A Zona Molecular Central (CMZ) no coração da Via Láctea contém muito gás. Contém cerca de 60 milhões de massas solares de gás molecular em complexos de nuvens moleculares gigantes (GMCs), estruturas onde normalmente se formam estrelas. Por causa da presença de Sag. A*, o buraco negro supermassivo da Via Láctea (SMBH), o CMZ é um ambiente extremo.
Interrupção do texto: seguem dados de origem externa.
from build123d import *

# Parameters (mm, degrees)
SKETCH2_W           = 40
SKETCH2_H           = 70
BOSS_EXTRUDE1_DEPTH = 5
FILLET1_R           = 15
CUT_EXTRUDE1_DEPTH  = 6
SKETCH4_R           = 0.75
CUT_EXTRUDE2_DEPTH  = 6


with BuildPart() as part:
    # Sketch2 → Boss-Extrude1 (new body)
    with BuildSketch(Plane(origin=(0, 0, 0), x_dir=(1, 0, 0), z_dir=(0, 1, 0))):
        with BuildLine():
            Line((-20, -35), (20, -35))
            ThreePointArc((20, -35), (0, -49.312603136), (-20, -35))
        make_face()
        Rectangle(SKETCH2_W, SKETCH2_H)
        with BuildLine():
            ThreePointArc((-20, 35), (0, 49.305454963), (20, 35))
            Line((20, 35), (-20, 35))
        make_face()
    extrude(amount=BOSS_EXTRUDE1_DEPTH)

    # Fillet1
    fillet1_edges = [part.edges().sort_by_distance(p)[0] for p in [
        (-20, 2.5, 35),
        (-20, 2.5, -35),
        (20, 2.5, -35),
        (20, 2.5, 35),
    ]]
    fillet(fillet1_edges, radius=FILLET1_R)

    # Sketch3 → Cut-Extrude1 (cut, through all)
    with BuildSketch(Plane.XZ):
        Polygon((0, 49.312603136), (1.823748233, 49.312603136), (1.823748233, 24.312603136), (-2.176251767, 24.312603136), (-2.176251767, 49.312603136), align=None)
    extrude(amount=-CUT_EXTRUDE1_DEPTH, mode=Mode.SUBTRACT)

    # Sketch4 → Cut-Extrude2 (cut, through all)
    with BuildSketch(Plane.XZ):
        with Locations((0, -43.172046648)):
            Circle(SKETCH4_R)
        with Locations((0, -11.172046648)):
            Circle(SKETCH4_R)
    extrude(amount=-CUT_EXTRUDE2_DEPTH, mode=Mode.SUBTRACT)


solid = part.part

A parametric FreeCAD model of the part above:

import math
import FreeCAD as App
import Part
import Sketcher


def edges_at(feature, points):
    """Names of the edges that pass closest to the given points."""
    edges = feature.Shape.Edges
    near = lambda p: min(range(len(edges)), key=lambda i: edges[i].distToShape(Part.Vertex(*p))[0])
    return sorted({f"Edge{near(p) + 1}" for p in points})

doc = App.newDocument("Part")
body = doc.addObject("PartDesign::Body", "Body")

sketch1 = body.newObject("Sketcher::SketchObject", "Sketch")
sketch1.AttachmentSupport = (doc.getObject("XZ_Plane"), [""])
sketch1.MapMode = "FlatFace"
sketch1.addGeometry([
    Part.ArcOfCircle(Part.Circle(App.Vector(0, 28, 0), App.Vector(0, 0, 1), 21), math.radians(19), math.radians(161)),
    Part.LineSegment(App.Vector(20, 35, 0), App.Vector(20, -35, 0)),
    Part.ArcOfCircle(Part.Circle(App.Vector(0, -28, 0), App.Vector(0, 0, 1), 21), math.radians(-161), math.radians(-19)),
    Part.LineSegment(App.Vector(-20, -35, 0), App.Vector(-20, 35, 0)),
], False)
sketch1.addConstraint([
    Sketcher.Constraint("Coincident", 0, 1, 1, 1),
    Sketcher.Constraint("Coincident", 1, 2, 2, 2),
    Sketcher.Constraint("Coincident", 2, 1, 3, 1),
    Sketcher.Constraint("Coincident", 3, 2, 0, 2),
    Sketcher.Constraint("Vertical", 1),
    Sketcher.Constraint("Vertical", 3),
    Sketcher.Constraint("Symmetric", 0, 1, 2, 1, -1, 1),
    Sketcher.Constraint("PointOnObject", 0, 3, -2),
    Sketcher.Constraint("PointOnObject", 2, 3, -2),
    Sketcher.Constraint("DistanceY", 1, 2, 1, 1, 70.0),
    Sketcher.Constraint("Radius", 0, 21.13),
    Sketcher.Constraint("DistanceX", -1, 1, 0, 1, 20.0),
    Sketcher.Constraint("Radius", 2, 21.133408),
])
pad1 = body.newObject("PartDesign::Pad", "Pad")
pad1.Profile = sketch1
pad1.Length = 5
pad1.Reversed = True
doc.recompute()

fillet = body.newObject("PartDesign::Fillet", "Fillet")
fillet.Base = (pad1, edges_at(pad1, [
    (-20, 2.5, 35),
    (-20, 2.5, -35),
    (20, 2.5, -35),
    (20, 2.5, 35),
]))
fillet.Radius = 15

sketch2 = body.newObject("Sketcher::SketchObject", "Sketch001")
sketch2.AttachmentSupport = (doc.getObject("XZ_Plane"), [""])
sketch2.MapMode = "FlatFace"
sketch2.addGeometry([
    Part.LineSegment(App.Vector(1.8, 49.3, 0), App.Vector(-2.2, 49.3, 0)),
    Part.LineSegment(App.Vector(-2.2, 49.3, 0), App.Vector(-2.2, 24.3, 0)),
    Part.LineSegment(App.Vector(-2.2, 24.3, 0), App.Vector(1.8, 24.3, 0)),
    Part.LineSegment(App.Vector(1.8, 24.3, 0), App.Vector(1.8, 49.3, 0)),
], False)
sketch2.addConstraint([
    Sketcher.Constraint("Coincident", 0, 2, 1, 1),
    Sketcher.Constraint("Coincident", 1, 2, 2, 1),
    Sketcher.Constraint("Coincident", 2, 2, 3, 1),
    Sketcher.Constraint("Coincident", 3, 2, 0, 1),
    Sketcher.Constraint("Horizontal", 0),
    Sketcher.Constraint("Vertical", 1),
    Sketcher.Constraint("Horizontal", 2),
    Sketcher.Constraint("Vertical", 3),
    Sketcher.Constraint("DistanceX", 0, 2, 0, 1, 4.0),
    Sketcher.Constraint("DistanceY", 1, 2, 1, 1, 25.0),
    Sketcher.Constraint("DistanceX", 0, 2, -1, 1, 2.176252),
    Sketcher.Constraint("DistanceY", -1, 1, 0, 2, 49.312603),
])
pocket1 = body.newObject("PartDesign::Pocket", "Pocket")
pocket1.Profile = sketch2
pocket1.Type = "ThroughAll"

sketch3 = body.newObject("Sketcher::SketchObject", "Sketch002")
sketch3.AttachmentSupport = (doc.getObject("XZ_Plane"), [""])
sketch3.MapMode = "FlatFace"
sketch3.addGeometry([
    Part.Circle(App.Vector(0, -43.2, 0), App.Vector(0, 0, 1), 0.8),
    Part.Circle(App.Vector(0, -11.2, 0), App.Vector(0, 0, 1), 0.8),
], False)
sketch3.addConstraint([
    Sketcher.Constraint("Equal", 0, 1),
    Sketcher.Constraint("PointOnObject", 0, 3, -2),
    Sketcher.Constraint("PointOnObject", 1, 3, -2),
    Sketcher.Constraint("Diameter", 0, 1.5),
    Sketcher.Constraint("DistanceY", 0, 3, 1, 3, 32.0),
    Sketcher.Constraint("DistanceY", 0, 3, -1, 1, 43.172047),
])
pocket2 = body.newObject("PartDesign::Pocket", "Pocket001")
pocket2.Profile = sketch3
pocket2.Type = "ThroughAll"

doc.recompute()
O gás na CMZ é dez vezes mais denso, turbulento e aquecido do que o gás em outras partes da galáxia.
Como os GMCs formadores de estrelas se comportam em um ambiente tão extremo?
Os pesquisadores encontraram uma nova maneira de estudar dois dos GMCs no CMZ. As nuvens são chamadas de “Sticks” e “Stones” e os astrônomos usaram décadas de observações de raios X do Observatório de raios X Chandra para sondar as estruturas 3D do par de nuvens.
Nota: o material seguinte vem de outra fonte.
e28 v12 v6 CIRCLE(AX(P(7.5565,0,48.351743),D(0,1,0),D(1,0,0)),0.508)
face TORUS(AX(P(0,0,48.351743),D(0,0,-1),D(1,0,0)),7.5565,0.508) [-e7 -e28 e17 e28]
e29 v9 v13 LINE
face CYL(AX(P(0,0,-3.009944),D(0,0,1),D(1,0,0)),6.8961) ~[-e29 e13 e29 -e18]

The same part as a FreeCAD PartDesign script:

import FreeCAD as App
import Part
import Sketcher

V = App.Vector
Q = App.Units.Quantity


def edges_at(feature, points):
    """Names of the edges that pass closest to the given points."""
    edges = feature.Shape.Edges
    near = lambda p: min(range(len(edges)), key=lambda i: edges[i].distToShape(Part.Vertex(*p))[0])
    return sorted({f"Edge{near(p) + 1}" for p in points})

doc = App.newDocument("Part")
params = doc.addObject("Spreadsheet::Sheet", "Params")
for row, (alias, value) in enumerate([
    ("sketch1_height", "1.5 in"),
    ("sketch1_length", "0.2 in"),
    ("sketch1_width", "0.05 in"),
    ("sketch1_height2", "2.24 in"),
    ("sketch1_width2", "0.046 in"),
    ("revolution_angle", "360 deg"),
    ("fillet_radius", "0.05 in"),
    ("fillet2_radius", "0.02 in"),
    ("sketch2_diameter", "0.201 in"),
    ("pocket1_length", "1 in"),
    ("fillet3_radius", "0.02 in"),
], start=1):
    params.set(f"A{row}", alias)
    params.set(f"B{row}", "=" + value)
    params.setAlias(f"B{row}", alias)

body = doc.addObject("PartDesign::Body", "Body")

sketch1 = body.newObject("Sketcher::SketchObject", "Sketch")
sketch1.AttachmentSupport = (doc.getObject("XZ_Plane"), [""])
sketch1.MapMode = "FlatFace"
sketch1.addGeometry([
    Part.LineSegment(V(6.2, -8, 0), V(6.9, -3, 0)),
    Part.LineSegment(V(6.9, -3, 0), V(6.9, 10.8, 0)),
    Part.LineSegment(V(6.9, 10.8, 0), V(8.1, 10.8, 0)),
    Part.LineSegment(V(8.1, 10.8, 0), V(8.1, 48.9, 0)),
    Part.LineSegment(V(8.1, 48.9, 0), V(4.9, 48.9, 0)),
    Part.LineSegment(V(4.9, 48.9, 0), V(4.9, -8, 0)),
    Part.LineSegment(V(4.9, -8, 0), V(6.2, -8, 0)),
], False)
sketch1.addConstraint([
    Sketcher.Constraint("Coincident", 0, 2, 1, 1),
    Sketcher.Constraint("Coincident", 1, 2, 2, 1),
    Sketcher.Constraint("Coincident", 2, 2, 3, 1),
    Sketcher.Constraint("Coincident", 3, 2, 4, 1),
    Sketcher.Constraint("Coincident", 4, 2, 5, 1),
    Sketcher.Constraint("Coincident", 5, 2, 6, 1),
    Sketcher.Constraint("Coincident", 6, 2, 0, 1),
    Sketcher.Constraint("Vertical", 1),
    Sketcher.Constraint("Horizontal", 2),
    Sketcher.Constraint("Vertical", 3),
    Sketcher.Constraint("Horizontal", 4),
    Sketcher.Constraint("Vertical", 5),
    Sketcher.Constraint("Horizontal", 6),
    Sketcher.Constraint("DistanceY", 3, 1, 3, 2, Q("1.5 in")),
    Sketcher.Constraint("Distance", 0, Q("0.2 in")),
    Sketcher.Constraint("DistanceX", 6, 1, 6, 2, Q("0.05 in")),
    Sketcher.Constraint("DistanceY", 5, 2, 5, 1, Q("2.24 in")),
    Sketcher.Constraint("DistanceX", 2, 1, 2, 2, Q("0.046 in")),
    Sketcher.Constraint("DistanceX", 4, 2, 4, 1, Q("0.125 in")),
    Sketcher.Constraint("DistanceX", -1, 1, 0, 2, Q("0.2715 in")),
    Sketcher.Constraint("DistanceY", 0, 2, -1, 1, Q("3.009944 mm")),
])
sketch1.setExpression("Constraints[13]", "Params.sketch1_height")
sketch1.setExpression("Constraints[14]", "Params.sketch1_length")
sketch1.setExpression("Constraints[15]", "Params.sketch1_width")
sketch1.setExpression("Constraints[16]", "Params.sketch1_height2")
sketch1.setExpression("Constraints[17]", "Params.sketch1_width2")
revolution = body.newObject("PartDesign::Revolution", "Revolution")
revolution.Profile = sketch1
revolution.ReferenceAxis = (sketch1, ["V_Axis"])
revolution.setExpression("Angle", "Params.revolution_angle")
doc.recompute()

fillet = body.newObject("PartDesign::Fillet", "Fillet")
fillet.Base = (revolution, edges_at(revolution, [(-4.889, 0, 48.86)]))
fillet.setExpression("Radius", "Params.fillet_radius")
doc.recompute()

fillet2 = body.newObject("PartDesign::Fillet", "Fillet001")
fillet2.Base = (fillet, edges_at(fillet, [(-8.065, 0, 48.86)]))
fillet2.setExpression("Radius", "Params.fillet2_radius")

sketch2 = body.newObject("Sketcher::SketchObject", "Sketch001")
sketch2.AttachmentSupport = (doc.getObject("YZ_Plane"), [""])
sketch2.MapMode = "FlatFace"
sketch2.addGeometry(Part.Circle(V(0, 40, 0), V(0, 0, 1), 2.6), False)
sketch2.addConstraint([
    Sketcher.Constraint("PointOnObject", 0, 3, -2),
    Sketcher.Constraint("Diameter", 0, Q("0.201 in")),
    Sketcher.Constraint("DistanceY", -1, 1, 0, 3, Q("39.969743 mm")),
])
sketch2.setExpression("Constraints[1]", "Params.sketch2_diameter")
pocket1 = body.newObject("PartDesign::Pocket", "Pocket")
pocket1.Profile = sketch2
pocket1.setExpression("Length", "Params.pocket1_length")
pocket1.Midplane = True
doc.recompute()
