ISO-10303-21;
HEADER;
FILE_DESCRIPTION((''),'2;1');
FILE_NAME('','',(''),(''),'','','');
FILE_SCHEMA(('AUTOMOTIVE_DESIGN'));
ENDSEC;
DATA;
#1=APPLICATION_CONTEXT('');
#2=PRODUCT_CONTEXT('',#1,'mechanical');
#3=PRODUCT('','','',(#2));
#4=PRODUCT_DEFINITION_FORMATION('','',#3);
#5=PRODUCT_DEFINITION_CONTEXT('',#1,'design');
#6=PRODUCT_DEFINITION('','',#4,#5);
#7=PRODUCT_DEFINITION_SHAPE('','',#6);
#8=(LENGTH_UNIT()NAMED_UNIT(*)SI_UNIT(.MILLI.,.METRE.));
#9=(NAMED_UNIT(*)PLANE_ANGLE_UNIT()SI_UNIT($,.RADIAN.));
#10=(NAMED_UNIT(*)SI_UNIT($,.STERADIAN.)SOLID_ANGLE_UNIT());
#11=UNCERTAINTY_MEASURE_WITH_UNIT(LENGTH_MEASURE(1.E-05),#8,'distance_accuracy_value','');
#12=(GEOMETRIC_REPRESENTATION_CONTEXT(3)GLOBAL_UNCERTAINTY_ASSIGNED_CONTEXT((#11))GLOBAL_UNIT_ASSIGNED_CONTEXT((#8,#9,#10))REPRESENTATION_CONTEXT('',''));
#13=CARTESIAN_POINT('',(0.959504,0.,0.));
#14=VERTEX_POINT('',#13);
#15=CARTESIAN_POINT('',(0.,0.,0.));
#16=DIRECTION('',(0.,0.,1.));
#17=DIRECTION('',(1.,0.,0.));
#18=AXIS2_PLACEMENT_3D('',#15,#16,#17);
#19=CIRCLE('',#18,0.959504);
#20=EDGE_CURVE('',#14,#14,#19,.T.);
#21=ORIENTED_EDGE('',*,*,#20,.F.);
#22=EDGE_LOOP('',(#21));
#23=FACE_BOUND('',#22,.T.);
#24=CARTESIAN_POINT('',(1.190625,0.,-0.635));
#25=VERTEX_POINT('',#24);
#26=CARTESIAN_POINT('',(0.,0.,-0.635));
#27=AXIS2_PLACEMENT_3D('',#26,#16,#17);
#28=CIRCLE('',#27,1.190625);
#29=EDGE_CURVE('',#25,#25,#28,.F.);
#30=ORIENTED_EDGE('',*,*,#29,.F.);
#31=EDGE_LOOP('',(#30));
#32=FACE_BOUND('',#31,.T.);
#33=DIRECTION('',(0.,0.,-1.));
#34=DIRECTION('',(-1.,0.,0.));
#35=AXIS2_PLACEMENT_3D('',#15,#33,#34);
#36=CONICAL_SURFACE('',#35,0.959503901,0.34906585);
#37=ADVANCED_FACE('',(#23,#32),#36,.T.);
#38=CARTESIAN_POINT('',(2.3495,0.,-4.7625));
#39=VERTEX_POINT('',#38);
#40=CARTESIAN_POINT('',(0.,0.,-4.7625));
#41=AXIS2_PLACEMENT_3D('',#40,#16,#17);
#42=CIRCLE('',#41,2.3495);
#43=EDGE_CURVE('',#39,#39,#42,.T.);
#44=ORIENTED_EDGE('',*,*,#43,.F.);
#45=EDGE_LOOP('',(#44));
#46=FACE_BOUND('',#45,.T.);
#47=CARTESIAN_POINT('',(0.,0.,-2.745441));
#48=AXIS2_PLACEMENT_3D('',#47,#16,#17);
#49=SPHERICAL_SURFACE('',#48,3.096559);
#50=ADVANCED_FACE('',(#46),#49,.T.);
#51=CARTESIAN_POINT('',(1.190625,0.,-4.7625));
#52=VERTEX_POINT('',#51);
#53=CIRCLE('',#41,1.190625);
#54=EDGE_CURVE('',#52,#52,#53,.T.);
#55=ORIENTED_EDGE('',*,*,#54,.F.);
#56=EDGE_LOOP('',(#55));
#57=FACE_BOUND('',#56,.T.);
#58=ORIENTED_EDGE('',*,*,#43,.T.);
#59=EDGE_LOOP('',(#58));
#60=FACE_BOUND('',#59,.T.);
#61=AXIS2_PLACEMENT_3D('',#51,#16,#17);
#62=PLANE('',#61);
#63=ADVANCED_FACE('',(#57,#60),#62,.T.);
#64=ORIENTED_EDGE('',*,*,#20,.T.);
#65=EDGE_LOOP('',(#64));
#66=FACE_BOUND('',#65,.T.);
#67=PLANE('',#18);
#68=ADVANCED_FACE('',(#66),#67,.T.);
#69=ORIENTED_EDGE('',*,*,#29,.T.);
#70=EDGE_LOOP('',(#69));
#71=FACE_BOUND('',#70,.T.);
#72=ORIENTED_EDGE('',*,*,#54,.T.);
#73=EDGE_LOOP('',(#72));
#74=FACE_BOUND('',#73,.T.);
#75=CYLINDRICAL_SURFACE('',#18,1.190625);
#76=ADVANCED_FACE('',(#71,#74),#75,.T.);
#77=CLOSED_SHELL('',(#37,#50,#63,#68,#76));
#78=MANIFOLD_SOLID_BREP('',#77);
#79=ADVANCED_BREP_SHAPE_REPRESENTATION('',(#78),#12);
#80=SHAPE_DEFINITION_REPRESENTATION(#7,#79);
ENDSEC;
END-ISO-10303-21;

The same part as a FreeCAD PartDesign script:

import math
import FreeCAD as App
import Part
import Sketcher

V = App.Vector
Q = App.Units.Quantity


def edges_at(feature, points):
    """Names of the edges that pass closest to the given points."""
    edges = feature.Shape.Edges
    near = lambda p: min(range(len(edges)), key=lambda i: edges[i].distToShape(Part.Vertex(*p))[0])
    return sorted({f"Edge{near(p) + 1}" for p in points})

doc = App.newDocument("Part")
body = doc.addObject("PartDesign::Body", "Body")

sketch1 = body.newObject("Sketcher::SketchObject", "Sketch")
sketch1.AttachmentSupport = (doc.getObject("XZ_Plane"), [""])
sketch1.MapMode = "FlatFace"
sketch1.addGeometry([
    Part.LineSegment(V(0, 0, 0), V(1.2, 0, 0)),
    Part.LineSegment(V(1.2, 0, 0), V(1.2, -4.8, 0)),
    Part.LineSegment(V(1.2, -4.8, 0), V(2.3, -4.8, 0)),
    Part.ArcOfCircle(Part.Circle(V(0, -2.7, 0), V(0, 0, 1), 3.1), math.radians(-90), math.radians(-41)),
    Part.LineSegment(V(0, -5.8, 0), V(0, 0, 0)),
], False)
sketch1.addConstraint([
    Sketcher.Constraint("Coincident", 0, 2, 1, 1),
    Sketcher.Constraint("Coincident", 1, 2, 2, 1),
    Sketcher.Constraint("Coincident", 2, 2, 3, 2),
    Sketcher.Constraint("Coincident", 3, 1, 4, 1),
    Sketcher.Constraint("Coincident", 4, 2, 0, 1),
    Sketcher.Constraint("Horizontal", 0),
    Sketcher.Constraint("Vertical", 1),
    Sketcher.Constraint("Horizontal", 2),
    Sketcher.Constraint("Vertical", 4),
    Sketcher.Constraint("Coincident", 4, 2, -1, 1),
    Sketcher.Constraint("PointOnObject", 3, 3, -2),
    Sketcher.Constraint("DistanceY", 4, 1, 4, 2, Q("0.23 in")),
    Sketcher.Constraint("DistanceX", 0, 1, 0, 2, Q("0.046875 in")),
    Sketcher.Constraint("DistanceY", 1, 2, 1, 1, Q("0.1875 in")),
    Sketcher.Constraint("Radius", 3, Q("3.096559 mm")),
])
revolution = body.newObject("PartDesign::Revolution", "Revolution")
revolution.Profile = sketch1
revolution.ReferenceAxis = (sketch1, ["V_Axis"])
revolution.Angle = 360
doc.recompute()

chamfer = body.newObject("PartDesign::Chamfer", "Chamfer")
chamfer.Base = (revolution, edges_at(revolution, [(-1.191, 0, 0)]))
chamfer.ChamferType = "Two distances"
chamfer.Size = Q("0.025 in")
chamfer.Size2 = 0.231121
chamfer.FlipDirection = True

doc.recompute()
A pesquisadora de física da Universidade de Connecticut, Danya Alboslani, e a pesquisadora de pós-doutorado Dra. Samantha Brunker estão ambas com o Laboratório da Via Láctea na Universidade de Connecticut. Eles produziram dois manuscritos apresentando seu novo método de tomografia de raios X e seus resultados. Brunker é o autor principal de “3D MC I: A tomografia de raios X começa a desvendar a estrutura 3-D de uma nuvem molecular no centro da nossa galáxia,”E Alboslani é o autor principal de“3D MC II: Ecos de raios X revelam uma nuvem molecular aglomerada no CMZ.” Brunker e Alboslani também são coautores em cada artigo. Alboslani também apresentou seus resultados no recente 245º Encontro da Sociedade Astronômica Americana.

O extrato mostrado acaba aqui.